▶ TASK OBJECTIVE: I need only the number of lines in this data that contain the string "amount".

········

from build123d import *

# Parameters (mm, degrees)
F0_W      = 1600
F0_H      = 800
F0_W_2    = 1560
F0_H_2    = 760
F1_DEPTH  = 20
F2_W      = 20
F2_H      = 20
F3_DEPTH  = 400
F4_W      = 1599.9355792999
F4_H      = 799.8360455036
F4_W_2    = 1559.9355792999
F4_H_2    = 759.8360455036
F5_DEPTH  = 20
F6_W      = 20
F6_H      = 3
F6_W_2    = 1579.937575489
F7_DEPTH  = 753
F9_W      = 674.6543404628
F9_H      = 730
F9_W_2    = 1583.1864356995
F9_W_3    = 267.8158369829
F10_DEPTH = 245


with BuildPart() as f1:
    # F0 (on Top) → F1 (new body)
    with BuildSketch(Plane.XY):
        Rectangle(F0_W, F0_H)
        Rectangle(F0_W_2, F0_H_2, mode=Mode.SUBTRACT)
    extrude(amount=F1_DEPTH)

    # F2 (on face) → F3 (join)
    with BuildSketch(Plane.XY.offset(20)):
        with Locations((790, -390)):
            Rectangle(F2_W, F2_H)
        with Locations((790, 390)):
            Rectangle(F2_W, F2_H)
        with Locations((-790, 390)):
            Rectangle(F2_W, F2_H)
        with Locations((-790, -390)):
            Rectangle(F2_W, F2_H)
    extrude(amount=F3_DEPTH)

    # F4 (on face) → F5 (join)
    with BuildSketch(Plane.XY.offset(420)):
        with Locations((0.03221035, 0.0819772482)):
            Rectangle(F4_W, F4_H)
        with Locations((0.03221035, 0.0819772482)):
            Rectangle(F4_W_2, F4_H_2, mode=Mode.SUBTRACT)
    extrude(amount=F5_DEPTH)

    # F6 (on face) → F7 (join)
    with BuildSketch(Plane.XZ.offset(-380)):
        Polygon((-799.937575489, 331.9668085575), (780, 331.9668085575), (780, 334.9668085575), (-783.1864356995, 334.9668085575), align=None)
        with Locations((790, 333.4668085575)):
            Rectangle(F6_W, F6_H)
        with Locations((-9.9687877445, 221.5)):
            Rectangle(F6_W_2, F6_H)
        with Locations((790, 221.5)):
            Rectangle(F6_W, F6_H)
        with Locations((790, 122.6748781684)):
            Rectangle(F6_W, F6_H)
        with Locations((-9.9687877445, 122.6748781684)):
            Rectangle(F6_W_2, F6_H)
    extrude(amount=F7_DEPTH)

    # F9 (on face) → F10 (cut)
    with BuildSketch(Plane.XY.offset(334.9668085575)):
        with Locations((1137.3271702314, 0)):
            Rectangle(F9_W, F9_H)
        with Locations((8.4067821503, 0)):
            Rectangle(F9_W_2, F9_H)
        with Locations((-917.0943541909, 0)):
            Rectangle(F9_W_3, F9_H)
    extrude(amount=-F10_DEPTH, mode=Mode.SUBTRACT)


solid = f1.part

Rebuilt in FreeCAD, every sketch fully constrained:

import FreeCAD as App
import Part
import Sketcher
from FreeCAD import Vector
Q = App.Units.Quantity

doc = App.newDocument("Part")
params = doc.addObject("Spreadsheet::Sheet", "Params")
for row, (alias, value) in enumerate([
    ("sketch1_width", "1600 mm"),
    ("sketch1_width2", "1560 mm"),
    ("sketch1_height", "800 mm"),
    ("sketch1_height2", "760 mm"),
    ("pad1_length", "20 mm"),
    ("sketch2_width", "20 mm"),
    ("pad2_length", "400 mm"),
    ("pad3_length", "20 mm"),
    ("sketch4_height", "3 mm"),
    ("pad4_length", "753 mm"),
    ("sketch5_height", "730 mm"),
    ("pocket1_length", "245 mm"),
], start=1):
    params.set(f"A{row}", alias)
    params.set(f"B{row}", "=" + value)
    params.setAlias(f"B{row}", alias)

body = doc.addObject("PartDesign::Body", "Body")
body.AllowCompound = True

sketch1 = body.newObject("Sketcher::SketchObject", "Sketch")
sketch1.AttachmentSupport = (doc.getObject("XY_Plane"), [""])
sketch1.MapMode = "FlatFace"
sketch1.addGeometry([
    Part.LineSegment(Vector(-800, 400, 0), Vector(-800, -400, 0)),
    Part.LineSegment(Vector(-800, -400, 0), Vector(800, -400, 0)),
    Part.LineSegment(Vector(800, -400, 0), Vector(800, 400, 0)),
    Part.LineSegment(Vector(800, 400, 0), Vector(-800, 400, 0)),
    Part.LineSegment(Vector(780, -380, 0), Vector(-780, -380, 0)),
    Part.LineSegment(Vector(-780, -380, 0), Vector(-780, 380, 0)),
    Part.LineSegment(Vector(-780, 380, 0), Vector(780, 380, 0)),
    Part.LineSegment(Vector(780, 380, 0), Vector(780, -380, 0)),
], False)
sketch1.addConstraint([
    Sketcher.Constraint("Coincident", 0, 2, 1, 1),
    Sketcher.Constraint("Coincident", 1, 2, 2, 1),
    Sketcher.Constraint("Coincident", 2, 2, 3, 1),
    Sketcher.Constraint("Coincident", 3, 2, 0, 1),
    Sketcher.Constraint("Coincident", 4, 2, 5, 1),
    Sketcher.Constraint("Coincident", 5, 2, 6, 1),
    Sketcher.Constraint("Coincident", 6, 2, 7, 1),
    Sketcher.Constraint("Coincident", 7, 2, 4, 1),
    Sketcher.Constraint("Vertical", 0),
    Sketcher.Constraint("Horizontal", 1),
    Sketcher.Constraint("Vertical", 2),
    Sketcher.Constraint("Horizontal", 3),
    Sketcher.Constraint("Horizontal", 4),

········

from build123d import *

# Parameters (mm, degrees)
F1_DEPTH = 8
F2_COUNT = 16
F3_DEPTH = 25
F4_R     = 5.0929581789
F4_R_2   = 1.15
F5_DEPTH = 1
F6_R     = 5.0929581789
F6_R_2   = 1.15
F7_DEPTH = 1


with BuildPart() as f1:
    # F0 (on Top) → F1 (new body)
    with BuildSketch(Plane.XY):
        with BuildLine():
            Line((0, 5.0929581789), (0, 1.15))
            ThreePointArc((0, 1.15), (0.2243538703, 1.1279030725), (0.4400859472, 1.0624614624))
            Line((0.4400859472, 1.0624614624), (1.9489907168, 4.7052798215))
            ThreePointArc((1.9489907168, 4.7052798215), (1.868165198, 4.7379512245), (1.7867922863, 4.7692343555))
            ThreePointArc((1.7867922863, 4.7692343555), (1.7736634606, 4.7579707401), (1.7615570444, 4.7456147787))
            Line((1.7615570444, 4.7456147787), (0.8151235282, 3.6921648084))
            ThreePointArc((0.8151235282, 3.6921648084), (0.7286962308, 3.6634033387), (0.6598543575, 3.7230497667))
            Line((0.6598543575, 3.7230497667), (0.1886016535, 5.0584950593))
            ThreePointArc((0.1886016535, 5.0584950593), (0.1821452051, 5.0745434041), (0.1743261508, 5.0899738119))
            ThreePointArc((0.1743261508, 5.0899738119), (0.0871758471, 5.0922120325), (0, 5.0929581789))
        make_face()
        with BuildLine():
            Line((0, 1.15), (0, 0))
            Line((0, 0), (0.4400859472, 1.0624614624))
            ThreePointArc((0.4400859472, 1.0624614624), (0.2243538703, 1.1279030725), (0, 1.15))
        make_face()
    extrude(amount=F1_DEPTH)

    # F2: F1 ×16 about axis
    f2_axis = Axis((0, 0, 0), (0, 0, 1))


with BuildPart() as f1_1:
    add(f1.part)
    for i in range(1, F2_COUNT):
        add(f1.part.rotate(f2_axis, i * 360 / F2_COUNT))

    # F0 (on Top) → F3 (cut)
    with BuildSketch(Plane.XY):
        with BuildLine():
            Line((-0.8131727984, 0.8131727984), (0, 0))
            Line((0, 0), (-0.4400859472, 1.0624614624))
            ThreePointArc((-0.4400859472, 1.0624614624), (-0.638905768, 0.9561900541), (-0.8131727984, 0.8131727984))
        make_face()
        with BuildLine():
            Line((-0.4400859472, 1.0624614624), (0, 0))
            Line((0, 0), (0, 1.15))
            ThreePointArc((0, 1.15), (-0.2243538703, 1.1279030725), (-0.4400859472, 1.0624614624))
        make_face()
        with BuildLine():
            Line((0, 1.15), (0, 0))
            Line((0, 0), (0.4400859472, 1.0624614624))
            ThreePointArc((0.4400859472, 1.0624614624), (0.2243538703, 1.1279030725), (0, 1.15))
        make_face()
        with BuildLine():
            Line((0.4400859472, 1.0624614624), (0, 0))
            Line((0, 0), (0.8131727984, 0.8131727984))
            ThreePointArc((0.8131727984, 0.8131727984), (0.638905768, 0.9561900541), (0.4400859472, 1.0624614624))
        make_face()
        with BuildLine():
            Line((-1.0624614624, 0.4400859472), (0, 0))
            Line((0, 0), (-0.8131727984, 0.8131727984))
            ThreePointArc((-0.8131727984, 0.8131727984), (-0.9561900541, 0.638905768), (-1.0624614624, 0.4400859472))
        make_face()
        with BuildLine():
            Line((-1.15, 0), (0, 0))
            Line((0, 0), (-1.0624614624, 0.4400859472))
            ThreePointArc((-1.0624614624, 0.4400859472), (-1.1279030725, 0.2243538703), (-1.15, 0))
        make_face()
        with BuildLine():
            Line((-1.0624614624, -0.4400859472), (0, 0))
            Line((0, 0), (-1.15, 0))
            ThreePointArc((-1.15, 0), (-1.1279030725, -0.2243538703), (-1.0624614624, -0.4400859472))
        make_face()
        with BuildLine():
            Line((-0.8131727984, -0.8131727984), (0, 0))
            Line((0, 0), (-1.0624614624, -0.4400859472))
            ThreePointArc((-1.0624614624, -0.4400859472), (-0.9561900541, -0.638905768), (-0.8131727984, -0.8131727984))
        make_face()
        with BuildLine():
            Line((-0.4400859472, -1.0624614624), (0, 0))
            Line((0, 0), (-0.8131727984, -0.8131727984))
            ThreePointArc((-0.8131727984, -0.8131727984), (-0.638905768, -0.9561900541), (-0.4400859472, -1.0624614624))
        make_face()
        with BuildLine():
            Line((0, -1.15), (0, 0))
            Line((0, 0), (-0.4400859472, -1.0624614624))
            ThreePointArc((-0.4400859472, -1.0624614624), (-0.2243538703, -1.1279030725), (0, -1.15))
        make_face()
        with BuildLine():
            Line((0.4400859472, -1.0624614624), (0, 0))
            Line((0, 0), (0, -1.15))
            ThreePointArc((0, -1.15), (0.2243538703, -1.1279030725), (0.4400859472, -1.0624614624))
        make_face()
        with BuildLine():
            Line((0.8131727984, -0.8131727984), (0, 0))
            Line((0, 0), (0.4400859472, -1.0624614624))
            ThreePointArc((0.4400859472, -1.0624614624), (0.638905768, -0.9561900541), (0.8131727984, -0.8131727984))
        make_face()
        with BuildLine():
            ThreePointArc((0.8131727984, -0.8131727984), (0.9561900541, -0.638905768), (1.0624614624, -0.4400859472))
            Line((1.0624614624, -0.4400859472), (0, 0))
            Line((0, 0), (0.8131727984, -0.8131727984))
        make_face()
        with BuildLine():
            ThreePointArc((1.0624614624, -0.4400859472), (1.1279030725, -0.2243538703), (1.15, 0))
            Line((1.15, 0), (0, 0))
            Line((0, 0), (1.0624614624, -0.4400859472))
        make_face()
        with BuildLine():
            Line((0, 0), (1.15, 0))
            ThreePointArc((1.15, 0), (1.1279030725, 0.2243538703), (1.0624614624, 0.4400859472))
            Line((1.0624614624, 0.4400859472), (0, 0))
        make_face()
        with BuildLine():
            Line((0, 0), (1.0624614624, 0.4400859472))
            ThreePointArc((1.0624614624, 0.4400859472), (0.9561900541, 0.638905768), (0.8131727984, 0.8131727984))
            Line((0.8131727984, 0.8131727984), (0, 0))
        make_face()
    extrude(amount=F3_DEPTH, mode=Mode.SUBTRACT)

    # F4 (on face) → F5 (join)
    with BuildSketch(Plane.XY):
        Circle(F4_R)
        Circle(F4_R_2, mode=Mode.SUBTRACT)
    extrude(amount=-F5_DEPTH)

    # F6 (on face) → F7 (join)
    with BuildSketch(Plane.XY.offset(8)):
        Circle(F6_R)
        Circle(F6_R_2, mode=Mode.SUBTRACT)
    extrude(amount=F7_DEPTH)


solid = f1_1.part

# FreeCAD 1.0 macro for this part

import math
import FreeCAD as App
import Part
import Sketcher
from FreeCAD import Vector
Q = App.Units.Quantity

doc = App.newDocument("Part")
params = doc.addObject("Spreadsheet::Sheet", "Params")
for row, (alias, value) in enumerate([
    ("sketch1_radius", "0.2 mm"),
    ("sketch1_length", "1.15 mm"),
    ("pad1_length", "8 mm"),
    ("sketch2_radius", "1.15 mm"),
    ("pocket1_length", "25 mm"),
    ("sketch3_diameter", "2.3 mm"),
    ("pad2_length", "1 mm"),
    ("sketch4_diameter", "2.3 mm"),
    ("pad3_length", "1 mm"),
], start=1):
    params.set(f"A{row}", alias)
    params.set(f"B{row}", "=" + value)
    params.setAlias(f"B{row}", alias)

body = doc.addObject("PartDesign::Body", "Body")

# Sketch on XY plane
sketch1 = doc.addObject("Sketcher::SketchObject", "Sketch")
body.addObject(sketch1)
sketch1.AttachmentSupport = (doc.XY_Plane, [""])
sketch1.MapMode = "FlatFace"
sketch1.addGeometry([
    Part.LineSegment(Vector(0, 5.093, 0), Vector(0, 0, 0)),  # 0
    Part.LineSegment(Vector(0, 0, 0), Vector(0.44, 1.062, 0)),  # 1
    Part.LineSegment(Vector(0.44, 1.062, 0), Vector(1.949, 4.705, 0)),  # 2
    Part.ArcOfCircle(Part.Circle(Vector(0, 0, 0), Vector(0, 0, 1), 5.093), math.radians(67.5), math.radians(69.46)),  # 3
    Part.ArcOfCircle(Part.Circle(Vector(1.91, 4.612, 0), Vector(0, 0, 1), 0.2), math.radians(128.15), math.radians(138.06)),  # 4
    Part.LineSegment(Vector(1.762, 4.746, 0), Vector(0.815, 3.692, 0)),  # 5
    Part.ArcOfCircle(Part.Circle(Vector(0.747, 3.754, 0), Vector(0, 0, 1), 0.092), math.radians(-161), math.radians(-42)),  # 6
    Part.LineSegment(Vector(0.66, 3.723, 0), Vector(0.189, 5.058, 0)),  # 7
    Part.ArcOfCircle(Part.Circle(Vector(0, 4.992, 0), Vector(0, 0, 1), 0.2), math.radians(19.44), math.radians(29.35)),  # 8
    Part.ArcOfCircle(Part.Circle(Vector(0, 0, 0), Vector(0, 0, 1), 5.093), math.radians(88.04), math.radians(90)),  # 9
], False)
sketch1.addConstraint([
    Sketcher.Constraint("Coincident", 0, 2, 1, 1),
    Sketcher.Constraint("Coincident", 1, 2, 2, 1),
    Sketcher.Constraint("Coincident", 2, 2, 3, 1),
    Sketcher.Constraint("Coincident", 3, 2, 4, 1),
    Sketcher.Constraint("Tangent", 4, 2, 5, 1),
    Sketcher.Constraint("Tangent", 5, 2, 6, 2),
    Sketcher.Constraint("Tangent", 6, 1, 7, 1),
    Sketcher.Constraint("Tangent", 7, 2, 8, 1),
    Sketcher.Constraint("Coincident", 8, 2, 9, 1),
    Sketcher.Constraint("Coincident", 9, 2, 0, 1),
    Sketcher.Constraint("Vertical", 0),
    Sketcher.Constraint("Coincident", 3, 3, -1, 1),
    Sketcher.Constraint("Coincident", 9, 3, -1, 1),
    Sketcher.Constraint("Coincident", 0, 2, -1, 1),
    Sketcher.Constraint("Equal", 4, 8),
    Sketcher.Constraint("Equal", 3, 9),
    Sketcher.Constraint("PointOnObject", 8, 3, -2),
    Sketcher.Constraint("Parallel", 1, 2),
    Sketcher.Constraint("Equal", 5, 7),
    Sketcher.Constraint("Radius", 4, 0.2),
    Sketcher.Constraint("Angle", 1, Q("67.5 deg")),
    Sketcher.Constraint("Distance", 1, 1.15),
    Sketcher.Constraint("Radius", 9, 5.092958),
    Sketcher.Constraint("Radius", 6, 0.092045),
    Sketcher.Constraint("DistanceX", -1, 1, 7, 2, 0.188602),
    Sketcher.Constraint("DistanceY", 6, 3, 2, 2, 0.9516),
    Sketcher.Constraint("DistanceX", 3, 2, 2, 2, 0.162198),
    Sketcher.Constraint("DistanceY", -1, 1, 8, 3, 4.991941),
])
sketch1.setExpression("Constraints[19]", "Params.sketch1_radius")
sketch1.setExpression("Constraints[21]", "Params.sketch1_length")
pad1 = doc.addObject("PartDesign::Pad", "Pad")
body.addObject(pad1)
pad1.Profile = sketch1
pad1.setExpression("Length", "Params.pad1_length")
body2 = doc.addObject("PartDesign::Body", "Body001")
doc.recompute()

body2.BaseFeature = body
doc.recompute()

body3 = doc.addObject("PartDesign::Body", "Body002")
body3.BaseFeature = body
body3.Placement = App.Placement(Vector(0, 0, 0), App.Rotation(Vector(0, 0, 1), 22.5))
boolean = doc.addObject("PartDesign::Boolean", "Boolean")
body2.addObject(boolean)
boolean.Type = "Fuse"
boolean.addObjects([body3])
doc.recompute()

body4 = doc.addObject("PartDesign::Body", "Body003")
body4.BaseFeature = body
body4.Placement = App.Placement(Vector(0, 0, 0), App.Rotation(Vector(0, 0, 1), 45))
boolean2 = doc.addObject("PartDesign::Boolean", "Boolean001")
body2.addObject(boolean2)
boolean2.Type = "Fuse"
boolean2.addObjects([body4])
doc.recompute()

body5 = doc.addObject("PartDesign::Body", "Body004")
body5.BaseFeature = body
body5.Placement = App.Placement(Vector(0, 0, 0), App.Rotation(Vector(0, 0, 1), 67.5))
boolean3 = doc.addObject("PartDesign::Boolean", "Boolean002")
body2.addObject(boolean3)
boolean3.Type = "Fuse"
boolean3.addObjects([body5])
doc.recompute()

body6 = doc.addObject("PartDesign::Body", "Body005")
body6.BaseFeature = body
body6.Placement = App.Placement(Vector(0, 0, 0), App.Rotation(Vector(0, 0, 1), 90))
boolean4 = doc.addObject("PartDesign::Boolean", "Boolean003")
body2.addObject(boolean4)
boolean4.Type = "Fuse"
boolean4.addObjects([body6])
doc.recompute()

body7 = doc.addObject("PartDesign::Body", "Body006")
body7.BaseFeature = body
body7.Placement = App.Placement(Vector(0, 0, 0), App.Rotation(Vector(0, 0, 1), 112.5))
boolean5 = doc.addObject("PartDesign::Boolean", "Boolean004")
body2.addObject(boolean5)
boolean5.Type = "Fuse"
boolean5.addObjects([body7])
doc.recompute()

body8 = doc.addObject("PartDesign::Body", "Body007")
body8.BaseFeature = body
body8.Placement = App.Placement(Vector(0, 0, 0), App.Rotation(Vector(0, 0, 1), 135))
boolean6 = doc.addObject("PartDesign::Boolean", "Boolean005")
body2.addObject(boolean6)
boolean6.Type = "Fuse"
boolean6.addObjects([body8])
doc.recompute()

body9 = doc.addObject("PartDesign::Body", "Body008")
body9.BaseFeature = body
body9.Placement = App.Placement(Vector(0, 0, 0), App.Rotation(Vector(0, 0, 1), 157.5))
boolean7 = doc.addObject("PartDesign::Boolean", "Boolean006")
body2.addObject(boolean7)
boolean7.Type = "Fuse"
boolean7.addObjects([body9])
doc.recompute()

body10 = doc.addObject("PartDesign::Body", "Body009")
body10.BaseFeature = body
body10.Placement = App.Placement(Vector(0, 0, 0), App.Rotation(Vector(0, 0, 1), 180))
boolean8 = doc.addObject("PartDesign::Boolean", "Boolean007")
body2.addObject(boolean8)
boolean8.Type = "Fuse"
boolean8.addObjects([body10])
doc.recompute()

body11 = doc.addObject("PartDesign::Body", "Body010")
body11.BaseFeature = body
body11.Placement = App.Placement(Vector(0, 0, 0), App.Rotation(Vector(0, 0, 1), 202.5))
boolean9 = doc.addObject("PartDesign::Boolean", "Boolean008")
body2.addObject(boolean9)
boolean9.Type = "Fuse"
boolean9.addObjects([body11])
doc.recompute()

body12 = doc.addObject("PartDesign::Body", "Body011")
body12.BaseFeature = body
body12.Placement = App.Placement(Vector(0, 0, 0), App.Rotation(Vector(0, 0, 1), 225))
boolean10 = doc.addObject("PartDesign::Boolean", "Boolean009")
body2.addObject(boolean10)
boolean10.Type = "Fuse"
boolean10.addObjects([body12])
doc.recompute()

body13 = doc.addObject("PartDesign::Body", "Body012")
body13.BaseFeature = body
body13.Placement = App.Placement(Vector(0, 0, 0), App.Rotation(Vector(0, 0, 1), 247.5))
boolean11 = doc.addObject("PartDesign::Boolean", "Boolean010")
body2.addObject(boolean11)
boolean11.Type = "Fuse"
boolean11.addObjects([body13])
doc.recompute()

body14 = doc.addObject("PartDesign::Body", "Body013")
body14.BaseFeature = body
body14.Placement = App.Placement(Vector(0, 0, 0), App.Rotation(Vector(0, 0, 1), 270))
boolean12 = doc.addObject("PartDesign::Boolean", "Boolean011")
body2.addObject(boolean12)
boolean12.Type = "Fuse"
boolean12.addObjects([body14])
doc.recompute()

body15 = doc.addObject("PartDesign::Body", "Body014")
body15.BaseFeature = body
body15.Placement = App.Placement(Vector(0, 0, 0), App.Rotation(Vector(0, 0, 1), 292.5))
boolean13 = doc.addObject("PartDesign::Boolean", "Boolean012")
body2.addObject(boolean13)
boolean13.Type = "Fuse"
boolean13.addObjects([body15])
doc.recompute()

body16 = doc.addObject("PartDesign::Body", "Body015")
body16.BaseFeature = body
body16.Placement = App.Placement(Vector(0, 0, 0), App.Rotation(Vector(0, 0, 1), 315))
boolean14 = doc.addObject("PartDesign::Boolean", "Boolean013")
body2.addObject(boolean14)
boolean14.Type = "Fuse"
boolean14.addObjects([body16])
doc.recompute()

········

▶ ANSWER TO THE EXERCISE: 9